Exercise directions: From the data, copy out every line in which the word "amount" appears.
+++ Data for this task
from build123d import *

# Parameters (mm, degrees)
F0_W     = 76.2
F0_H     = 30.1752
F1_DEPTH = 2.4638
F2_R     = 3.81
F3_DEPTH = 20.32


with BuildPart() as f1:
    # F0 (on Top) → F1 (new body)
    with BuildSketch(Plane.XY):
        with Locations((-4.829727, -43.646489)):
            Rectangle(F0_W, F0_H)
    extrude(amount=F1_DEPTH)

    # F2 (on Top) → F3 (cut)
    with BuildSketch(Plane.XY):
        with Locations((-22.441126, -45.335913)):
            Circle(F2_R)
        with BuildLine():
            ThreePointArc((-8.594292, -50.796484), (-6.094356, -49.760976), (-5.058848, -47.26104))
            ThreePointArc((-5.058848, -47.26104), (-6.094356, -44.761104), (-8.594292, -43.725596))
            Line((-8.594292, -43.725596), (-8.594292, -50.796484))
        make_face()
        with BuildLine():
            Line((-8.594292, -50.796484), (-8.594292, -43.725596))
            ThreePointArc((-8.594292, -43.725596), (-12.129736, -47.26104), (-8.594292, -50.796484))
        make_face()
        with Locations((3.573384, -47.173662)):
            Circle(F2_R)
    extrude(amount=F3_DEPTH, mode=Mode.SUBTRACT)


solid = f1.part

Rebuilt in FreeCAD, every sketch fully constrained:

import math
import FreeCAD as App
import Part
import Sketcher
from FreeCAD import Vector
Q = App.Units.Quantity

doc = App.newDocument("Part")
body = doc.addObject("PartDesign::Body", "Body")

# Sketch on XY plane
sketch1 = body.newObject("Sketcher::SketchObject", "Sketch")
sketch1.AttachmentSupport = (doc.getObject("XY_Plane"), [""])
sketch1.MapMode = "FlatFace"
sketch1.addGeometry(Part.LineSegment(Vector(-43, -29, 0), Vector(-43, -59, 0)), False)
sketch1.addGeometry(Part.LineSegment(Vector(-43, -59, 0), Vector(33, -59, 0)), False)
sketch1.addGeometry(Part.LineSegment(Vector(33, -59, 0), Vector(33, -29, 0)), False)
sketch1.addGeometry(Part.LineSegment(Vector(33, -29, 0), Vector(-43, -29, 0)), False)
sketch1.addConstraint(Sketcher.Constraint("Coincident", 0, 2, 1, 1))
sketch1.addConstraint(Sketcher.Constraint("Coincident", 1, 2, 2, 1))
sketch1.addConstraint(Sketcher.Constraint("Coincident", 2, 2, 3, 1))
sketch1.addConstraint(Sketcher.Constraint("Coincident", 3, 2, 0, 1))
sketch1.addConstraint(Sketcher.Constraint("Vertical", 0))
sketch1.addConstraint(Sketcher.Constraint("Horizontal", 1))
sketch1.addConstraint(Sketcher.Constraint("Vertical", 2))
sketch1.addConstraint(Sketcher.Constraint("Horizontal", 3))
sketch1.addConstraint(Sketcher.Constraint("DistanceX", 1, 1, 1, 2, Q("3 in")))
sketch1.addConstraint(Sketcher.Constraint("DistanceY", 0, 2, 0, 1, Q("1.188 in")))
sketch1.addConstraint(Sketcher.Constraint("DistanceY", 0, 2, -1, 1, Q("58.734089 mm")))
sketch1.addConstraint(Sketcher.Constraint("DistanceX", 0, 2, -1, 1, Q("42.929727 mm")))
pad1 = body.newObject("PartDesign::Pad", "Pad")
pad1.Profile = sketch1
pad1.Length = Q("0.097 in")

# Sketch on XY plane
sketch2 = body.newObject("Sketcher::SketchObject", "Sketch001")
sketch2.AttachmentSupport = (doc.getObject("XY_Plane"), [""])
sketch2.MapMode = "FlatFace"
sketch2.addGeometry(Part.Circle(Vector(-22.4, -45.3, 0), Vector(0, 0, 1), 3.8), False)
sketch2.addGeometry(Part.ArcOfCircle(Part.Circle(Vector(-8.6, -47.3, 0), Vector(0, 0, 1), 3.5), math.radians(-90), math.radians(0)), False)
sketch2.addGeometry(Part.ArcOfCircle(Part.Circle(Vector(-8.6, -47.3, 0), Vector(0, 0, 1), 3.5), math.radians(0), math.radians(90)), False)
sketch2.addGeometry(Part.ArcOfCircle(Part.Circle(Vector(-8.6, -47.3, 0), Vector(0, 0, 1), 3.5), math.radians(90), math.radians(270)), False)
sketch2.addGeometry(Part.Circle(Vector(3.6, -47.2, 0), Vector(0, 0, 1), 3.8), False)
sketch2.addConstraint(Sketcher.Constraint("Tangent", 1, 2, 2, 1))
sketch2.addConstraint(Sketcher.Constraint("Tangent", 2, 2, 3, 1))
sketch2.addConstraint(Sketcher.Constraint("Tangent", 3, 2, 1, 1))
sketch2.addConstraint(Sketcher.Constraint("Equal", 0, 4))
sketch2.addConstraint(Sketcher.Constraint("Horizontal", 3, 3, 1, 2))
sketch2.addConstraint(Sketcher.Constraint("Vertical", 3, 3, 2, 2))
sketch2.addConstraint(Sketcher.Constraint("Vertical", 2, 2, 3, 2))
sketch2.addConstraint(Sketcher.Constraint("Diameter", 0, Q("0.3 in")))
sketch2.addConstraint(Sketcher.Constraint("Radius", 1, Q("3.535445 mm")))
sketch2.addConstraint(Sketcher.Constraint("DistanceY", 1, 3, -1, 1, Q("47.261039 mm")))
sketch2.addConstraint(Sketcher.Constraint("DistanceX", 3, 3, -1, 1, Q("8.594292 mm")))
sketch2.addConstraint(Sketcher.Constraint("DistanceY", 2, 3, 0, 3, Q("1.925128 mm")))
sketch2.addConstraint(Sketcher.Constraint("DistanceY", 3, 3, 4, 3, Q("0.087378 mm")))
sketch2.addConstraint(Sketcher.Constraint("DistanceX", 0, 3, 4, 3, Q("26.01451 mm")))
sketch2.addConstraint(Sketcher.Constraint("DistanceX", 0, 3, -1, 1, Q("22.441126 mm")))
pocket1 = body.newObject("PartDesign::Pocket", "Pocket")
pocket1.Profile = sketch2
pocket1.Length = Q("0.8 in")
pocket1.Reversed = True

doc.recompute()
++++++
Solution for this problem:
    extrude(amount=F1_DEPTH)
    extrude(amount=F3_DEPTH, mode=Mode.SUBTRACT)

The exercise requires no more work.